No texto "Variante do tratamento-padrão", Lacan ([1955] 1966), partindo da indicação de Freud sobre ser a ciência analítica recolocada em questão na análise de cada caso, aborda a questão referente à ignorância. Num primeiro momento, Lacan ([1955] 1966) parece referir-se a ignorância como um sintoma, como retorno do recalcado e, portanto, como censura da verdade do sujeito (um não querer saber sobre sua verdade). Em seguida, ele afirma: "o fruto positivo da revelação da ignorância é o não-saber, que não é uma negação do saber e sim sua forma mais elaborada" (Lacan, 1955: 360).

Nesse sentido, a passagem da ignorância sintomática para um não-saber implica numa elaboração por parte daquele que pretende se tornar analista. É só a partir desta elaboração, que acontece no percurso da formação do analista, que se pode ter acesso a revelação que é a de saber que não se sabe. É esta posição – de ignorar o que se sabe -, que é diferente da ignorância sintomática, que permite o analista escutar seu paciente transmitir seu saber sobre seu próprio inconsciente, através da associação livre. No final do texto "Variante do tratamento padrão", Lacan ([1955]1966) parece nomear essa posição – ignorar o que se sabe – de douta ignorância.

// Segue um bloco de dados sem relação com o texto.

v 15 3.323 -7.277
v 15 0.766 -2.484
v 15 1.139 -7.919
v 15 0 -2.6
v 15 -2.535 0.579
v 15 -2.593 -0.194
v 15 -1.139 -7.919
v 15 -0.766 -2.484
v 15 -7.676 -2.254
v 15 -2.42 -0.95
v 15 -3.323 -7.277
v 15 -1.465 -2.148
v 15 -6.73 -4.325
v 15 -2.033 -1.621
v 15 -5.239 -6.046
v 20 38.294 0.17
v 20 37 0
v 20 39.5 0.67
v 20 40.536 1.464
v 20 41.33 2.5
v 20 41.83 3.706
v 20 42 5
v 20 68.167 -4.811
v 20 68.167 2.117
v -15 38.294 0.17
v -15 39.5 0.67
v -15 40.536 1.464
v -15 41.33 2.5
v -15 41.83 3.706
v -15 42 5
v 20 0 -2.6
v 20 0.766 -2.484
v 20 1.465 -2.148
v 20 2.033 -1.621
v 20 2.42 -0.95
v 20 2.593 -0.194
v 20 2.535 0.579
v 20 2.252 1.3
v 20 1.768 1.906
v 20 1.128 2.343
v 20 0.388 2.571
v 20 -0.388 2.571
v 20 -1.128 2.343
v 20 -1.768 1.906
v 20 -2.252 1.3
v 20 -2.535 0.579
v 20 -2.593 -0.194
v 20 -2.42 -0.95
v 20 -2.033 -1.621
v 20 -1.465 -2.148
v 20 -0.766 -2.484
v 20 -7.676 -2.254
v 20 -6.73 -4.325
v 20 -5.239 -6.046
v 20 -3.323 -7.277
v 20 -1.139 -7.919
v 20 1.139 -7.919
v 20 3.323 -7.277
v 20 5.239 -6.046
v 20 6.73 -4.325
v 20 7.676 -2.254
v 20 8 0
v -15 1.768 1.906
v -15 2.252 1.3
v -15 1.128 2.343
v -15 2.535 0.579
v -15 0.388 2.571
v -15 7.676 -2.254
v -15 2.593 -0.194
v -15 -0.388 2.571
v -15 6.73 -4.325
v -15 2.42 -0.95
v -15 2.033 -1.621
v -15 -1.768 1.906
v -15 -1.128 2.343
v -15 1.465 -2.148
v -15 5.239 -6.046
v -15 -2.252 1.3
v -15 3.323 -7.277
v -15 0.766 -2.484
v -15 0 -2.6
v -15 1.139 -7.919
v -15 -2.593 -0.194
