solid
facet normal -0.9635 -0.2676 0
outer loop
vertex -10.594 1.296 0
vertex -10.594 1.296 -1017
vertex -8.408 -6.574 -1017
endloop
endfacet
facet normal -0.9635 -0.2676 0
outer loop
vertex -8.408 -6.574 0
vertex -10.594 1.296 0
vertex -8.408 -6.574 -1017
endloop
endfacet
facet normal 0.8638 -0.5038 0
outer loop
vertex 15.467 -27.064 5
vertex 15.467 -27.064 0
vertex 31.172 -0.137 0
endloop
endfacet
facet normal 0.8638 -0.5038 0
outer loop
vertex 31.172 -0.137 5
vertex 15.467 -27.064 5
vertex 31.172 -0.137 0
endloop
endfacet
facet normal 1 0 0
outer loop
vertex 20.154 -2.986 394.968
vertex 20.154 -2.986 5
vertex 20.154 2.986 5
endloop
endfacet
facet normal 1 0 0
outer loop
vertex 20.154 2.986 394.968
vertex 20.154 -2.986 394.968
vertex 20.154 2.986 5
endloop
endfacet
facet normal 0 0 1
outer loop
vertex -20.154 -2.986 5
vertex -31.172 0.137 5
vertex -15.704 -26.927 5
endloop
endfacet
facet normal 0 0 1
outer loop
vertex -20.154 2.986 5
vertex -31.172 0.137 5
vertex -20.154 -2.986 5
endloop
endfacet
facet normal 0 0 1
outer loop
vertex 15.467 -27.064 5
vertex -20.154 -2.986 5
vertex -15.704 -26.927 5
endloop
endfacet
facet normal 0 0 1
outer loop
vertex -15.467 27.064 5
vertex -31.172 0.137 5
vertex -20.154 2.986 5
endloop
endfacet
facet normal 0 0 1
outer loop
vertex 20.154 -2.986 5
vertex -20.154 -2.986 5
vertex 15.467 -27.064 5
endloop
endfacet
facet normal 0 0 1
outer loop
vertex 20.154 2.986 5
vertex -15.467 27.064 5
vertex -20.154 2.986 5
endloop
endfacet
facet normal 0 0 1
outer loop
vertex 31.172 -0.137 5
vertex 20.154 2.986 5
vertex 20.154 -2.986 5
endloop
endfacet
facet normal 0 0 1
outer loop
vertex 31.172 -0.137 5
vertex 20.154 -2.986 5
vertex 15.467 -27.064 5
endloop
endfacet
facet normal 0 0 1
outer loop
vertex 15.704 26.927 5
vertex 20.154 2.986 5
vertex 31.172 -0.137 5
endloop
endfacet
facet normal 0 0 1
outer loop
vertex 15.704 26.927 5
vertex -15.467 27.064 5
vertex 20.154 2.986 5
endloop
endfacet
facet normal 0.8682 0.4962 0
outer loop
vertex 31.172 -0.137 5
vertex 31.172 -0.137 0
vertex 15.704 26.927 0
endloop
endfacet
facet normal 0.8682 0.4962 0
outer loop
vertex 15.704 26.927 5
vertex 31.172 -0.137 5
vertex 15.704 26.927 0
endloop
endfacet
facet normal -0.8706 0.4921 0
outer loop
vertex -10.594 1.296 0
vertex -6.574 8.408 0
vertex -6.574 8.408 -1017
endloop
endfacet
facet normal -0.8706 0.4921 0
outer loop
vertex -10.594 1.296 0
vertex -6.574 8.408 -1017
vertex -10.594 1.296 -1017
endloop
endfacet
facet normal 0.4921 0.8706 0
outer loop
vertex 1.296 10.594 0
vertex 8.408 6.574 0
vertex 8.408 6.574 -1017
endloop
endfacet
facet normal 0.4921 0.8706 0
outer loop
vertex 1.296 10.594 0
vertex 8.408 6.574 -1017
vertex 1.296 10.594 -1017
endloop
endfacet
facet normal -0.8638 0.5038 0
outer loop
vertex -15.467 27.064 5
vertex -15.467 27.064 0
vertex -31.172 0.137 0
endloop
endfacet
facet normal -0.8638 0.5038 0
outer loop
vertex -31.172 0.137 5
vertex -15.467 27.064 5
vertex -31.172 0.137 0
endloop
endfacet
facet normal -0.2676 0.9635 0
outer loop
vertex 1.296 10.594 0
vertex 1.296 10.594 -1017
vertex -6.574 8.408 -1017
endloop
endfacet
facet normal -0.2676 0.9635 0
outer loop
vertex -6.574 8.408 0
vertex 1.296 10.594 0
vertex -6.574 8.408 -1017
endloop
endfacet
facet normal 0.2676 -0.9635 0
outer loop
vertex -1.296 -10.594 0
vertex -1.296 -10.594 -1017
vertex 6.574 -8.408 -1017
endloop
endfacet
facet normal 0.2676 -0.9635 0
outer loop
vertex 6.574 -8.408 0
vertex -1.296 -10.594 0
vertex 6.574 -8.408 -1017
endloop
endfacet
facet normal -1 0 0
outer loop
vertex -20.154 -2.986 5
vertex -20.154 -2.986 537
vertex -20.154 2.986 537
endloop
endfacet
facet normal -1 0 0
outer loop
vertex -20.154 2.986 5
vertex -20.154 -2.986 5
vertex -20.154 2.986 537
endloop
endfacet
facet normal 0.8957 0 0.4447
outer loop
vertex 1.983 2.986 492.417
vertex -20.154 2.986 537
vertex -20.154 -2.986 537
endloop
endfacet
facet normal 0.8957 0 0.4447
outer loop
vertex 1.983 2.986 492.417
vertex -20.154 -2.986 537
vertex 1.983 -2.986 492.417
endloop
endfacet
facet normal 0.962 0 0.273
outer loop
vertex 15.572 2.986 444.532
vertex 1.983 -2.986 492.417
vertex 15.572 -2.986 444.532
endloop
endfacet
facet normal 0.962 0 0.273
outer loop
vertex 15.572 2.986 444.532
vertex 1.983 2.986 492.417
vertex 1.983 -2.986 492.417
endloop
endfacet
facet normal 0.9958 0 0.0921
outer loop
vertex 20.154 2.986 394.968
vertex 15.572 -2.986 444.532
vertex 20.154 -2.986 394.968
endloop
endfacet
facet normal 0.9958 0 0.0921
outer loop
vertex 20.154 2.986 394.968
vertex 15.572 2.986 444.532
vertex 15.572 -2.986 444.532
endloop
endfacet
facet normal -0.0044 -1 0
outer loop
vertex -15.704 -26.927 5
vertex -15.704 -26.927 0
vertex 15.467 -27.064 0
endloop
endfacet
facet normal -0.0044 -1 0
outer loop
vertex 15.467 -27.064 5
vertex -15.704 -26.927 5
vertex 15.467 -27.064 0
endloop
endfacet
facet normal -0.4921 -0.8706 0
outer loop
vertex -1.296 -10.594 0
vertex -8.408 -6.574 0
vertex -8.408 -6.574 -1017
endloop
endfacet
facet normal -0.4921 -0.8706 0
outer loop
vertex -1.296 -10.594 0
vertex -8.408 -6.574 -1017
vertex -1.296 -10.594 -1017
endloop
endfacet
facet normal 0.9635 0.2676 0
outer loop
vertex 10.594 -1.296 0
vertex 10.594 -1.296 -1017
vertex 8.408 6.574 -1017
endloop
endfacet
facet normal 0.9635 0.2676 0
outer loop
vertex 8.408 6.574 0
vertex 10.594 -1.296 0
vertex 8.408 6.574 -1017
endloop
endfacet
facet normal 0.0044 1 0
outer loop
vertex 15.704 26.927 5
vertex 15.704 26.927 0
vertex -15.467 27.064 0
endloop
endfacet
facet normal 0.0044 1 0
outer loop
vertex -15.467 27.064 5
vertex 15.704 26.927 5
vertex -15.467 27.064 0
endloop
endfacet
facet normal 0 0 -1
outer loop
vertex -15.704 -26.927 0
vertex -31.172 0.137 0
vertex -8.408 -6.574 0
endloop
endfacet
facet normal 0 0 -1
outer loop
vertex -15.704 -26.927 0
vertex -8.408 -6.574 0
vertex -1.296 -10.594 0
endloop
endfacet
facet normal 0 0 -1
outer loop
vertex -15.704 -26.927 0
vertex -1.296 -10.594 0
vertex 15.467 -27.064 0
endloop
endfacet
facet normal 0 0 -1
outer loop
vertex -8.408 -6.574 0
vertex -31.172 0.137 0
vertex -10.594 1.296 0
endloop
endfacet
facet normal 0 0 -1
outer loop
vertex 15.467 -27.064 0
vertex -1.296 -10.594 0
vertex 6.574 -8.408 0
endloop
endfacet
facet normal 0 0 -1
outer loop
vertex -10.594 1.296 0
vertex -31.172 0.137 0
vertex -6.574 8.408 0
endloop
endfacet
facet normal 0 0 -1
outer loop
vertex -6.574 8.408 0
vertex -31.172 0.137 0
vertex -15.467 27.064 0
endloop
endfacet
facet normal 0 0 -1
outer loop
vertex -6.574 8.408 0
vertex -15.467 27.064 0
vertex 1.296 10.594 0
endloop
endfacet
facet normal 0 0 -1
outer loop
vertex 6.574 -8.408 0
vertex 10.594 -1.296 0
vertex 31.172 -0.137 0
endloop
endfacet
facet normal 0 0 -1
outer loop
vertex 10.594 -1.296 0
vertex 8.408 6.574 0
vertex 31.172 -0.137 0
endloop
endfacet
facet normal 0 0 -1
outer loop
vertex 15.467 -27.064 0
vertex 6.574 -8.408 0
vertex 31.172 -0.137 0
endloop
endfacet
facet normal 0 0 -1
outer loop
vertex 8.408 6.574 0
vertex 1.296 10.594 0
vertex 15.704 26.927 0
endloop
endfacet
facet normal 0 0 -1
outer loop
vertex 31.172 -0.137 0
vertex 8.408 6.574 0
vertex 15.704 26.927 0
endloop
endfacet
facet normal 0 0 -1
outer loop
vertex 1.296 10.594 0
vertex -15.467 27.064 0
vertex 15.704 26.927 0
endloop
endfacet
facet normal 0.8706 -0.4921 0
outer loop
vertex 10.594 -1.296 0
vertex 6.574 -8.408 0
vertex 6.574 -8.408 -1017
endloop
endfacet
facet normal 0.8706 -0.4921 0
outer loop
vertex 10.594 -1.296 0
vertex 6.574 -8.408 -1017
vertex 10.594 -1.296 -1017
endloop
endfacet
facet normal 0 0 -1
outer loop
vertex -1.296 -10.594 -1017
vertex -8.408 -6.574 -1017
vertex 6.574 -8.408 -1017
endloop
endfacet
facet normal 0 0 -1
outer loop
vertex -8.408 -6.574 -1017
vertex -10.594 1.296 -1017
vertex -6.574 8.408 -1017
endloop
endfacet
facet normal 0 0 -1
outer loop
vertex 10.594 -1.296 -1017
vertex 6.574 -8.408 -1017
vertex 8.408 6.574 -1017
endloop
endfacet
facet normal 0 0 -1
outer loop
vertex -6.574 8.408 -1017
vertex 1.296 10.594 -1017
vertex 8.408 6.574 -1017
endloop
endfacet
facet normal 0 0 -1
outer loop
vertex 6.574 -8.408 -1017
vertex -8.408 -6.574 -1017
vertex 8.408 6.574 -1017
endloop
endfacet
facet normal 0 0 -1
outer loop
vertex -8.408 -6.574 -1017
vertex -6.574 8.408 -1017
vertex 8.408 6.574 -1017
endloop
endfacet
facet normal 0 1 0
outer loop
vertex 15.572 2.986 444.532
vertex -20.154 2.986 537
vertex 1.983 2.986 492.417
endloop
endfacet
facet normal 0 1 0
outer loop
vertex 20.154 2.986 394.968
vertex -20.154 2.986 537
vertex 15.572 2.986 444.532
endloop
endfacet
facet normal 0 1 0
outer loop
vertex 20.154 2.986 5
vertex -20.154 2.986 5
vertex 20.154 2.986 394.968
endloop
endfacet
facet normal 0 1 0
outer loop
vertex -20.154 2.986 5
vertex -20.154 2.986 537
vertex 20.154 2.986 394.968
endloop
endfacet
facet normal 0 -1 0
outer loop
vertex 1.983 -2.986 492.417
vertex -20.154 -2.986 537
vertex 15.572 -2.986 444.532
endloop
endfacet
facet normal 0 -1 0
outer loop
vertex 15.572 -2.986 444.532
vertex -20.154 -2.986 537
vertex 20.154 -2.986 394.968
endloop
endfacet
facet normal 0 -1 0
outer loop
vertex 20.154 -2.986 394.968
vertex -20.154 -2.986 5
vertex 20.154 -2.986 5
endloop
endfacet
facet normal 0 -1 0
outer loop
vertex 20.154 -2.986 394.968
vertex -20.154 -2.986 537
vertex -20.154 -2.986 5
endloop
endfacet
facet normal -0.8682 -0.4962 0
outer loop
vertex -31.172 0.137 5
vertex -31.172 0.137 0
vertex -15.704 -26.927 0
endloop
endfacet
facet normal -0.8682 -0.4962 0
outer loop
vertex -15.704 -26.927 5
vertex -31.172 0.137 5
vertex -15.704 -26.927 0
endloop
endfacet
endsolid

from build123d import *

# Parameters (mm, degrees)
F0_W        = 40.3080582619
F0_H        = 5.9715644456
F1_DEPTH    = 537
F3_DEPTH    = 1017
F5_DEPTH    = 5
F6_T1_DEPTH = 716.1336390313


# Not quite as in the source:
# - a fillet or chamfer that OpenCascade refuses, or shapes differently, is made with other operations: its cross-section is extruded or revolved along the edge and cut away or added


with BuildPart() as f1:
    # F0 (on Top) → F1 (new body)
    with BuildSketch(Plane.XY):
        Rectangle(F0_W, F0_H)
    extrude(amount=F1_DEPTH)

    # F2 (on Top) → F3 (join)
    with BuildSketch(Plane.XY):
        Polygon((6.5744029718, -8.407556447), (10.5938451005, -1.2962352533), (8.407556447, 6.5744029718), (1.2962352533, 10.5938451005), (-6.5744029718, 8.407556447), (-10.5938451005, 1.2962352533), (-8.407556447, -6.5744029718), (-1.2962352533, -10.5938451005), align=None)
    extrude(amount=-F3_DEPTH)

    # F4 (on Top) → F5 (join)
    with BuildSketch(Plane.XY):
        Polygon((31.1715127681, -0.1368859226), (15.7043030704, 26.9268789703), (-15.4672096977, 27.0637648929), (-31.1715127681, 0.1368859226), (-15.7043030704, -26.9268789703), (15.4672096977, -27.0637648929), align=None)
    extrude(amount=F5_DEPTH)

    # F6: fillet of radius 270.3919189858 on 1 edges, made by hand

    # F6_s2 → F6_t1 (cut)
    with BuildSketch(Plane.XZ.offset(-358.0668195157)):
        with BuildLine():
            ThreePointArc((-20.1540291309, 537), (9.881896476, 468.7882231999), (20.1540291309, 394.9675850829))
            Line((20.1540291309, 394.9675850829), (20.1540291309, 537))
            Line((20.1540291309, 537), (-20.1540291309, 537))
        make_face()
    extrude(amount=F6_T1_DEPTH, mode=Mode.SUBTRACT)


solid = f1.part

Retornando a questão do autismo, pensamos que o analista, atravessado pelo desejo do analista, e, mais especificamente, pela douta ignorância, pode oferecer a significação sem reproduzir o Outro intrusivo. Isto porque essa posição é bem diferente das mães de autistas que oferecem uma significação que porta uma certeza.

 

Referências bibliográficas:

KLEIN, M. (1930). "A importância da formação de símbolos no desenvolvimento do ego". In: Obras completas de Melanie Klein, Vol. I. Melanie Klein, amor, culpa e reparação e outros trabalhos (1921-1945). Tradução de A. Cardoso. Rio de Janeiro: Imago Ed., 1996, p.249-264.

LACAN, J. (1953-54). O Seminário livro1, Os escritos técnicos de Freud. Rio de Janeiro: Jorge Zahar,1979.

LACAN, J. (1955-56). O Seminário livro 3, As psicoses. Rio de Janeiro: Jorge Zahar, 1985.

LACAN, J. (1961-62). O Seminário livro 9, A identificação, Mimeo.

LACAN, J. (1969) "Dos Notas Sobre El Niño" In: Intervenciones y Textos 2. Argentina: Manantial,1993, p.55-57.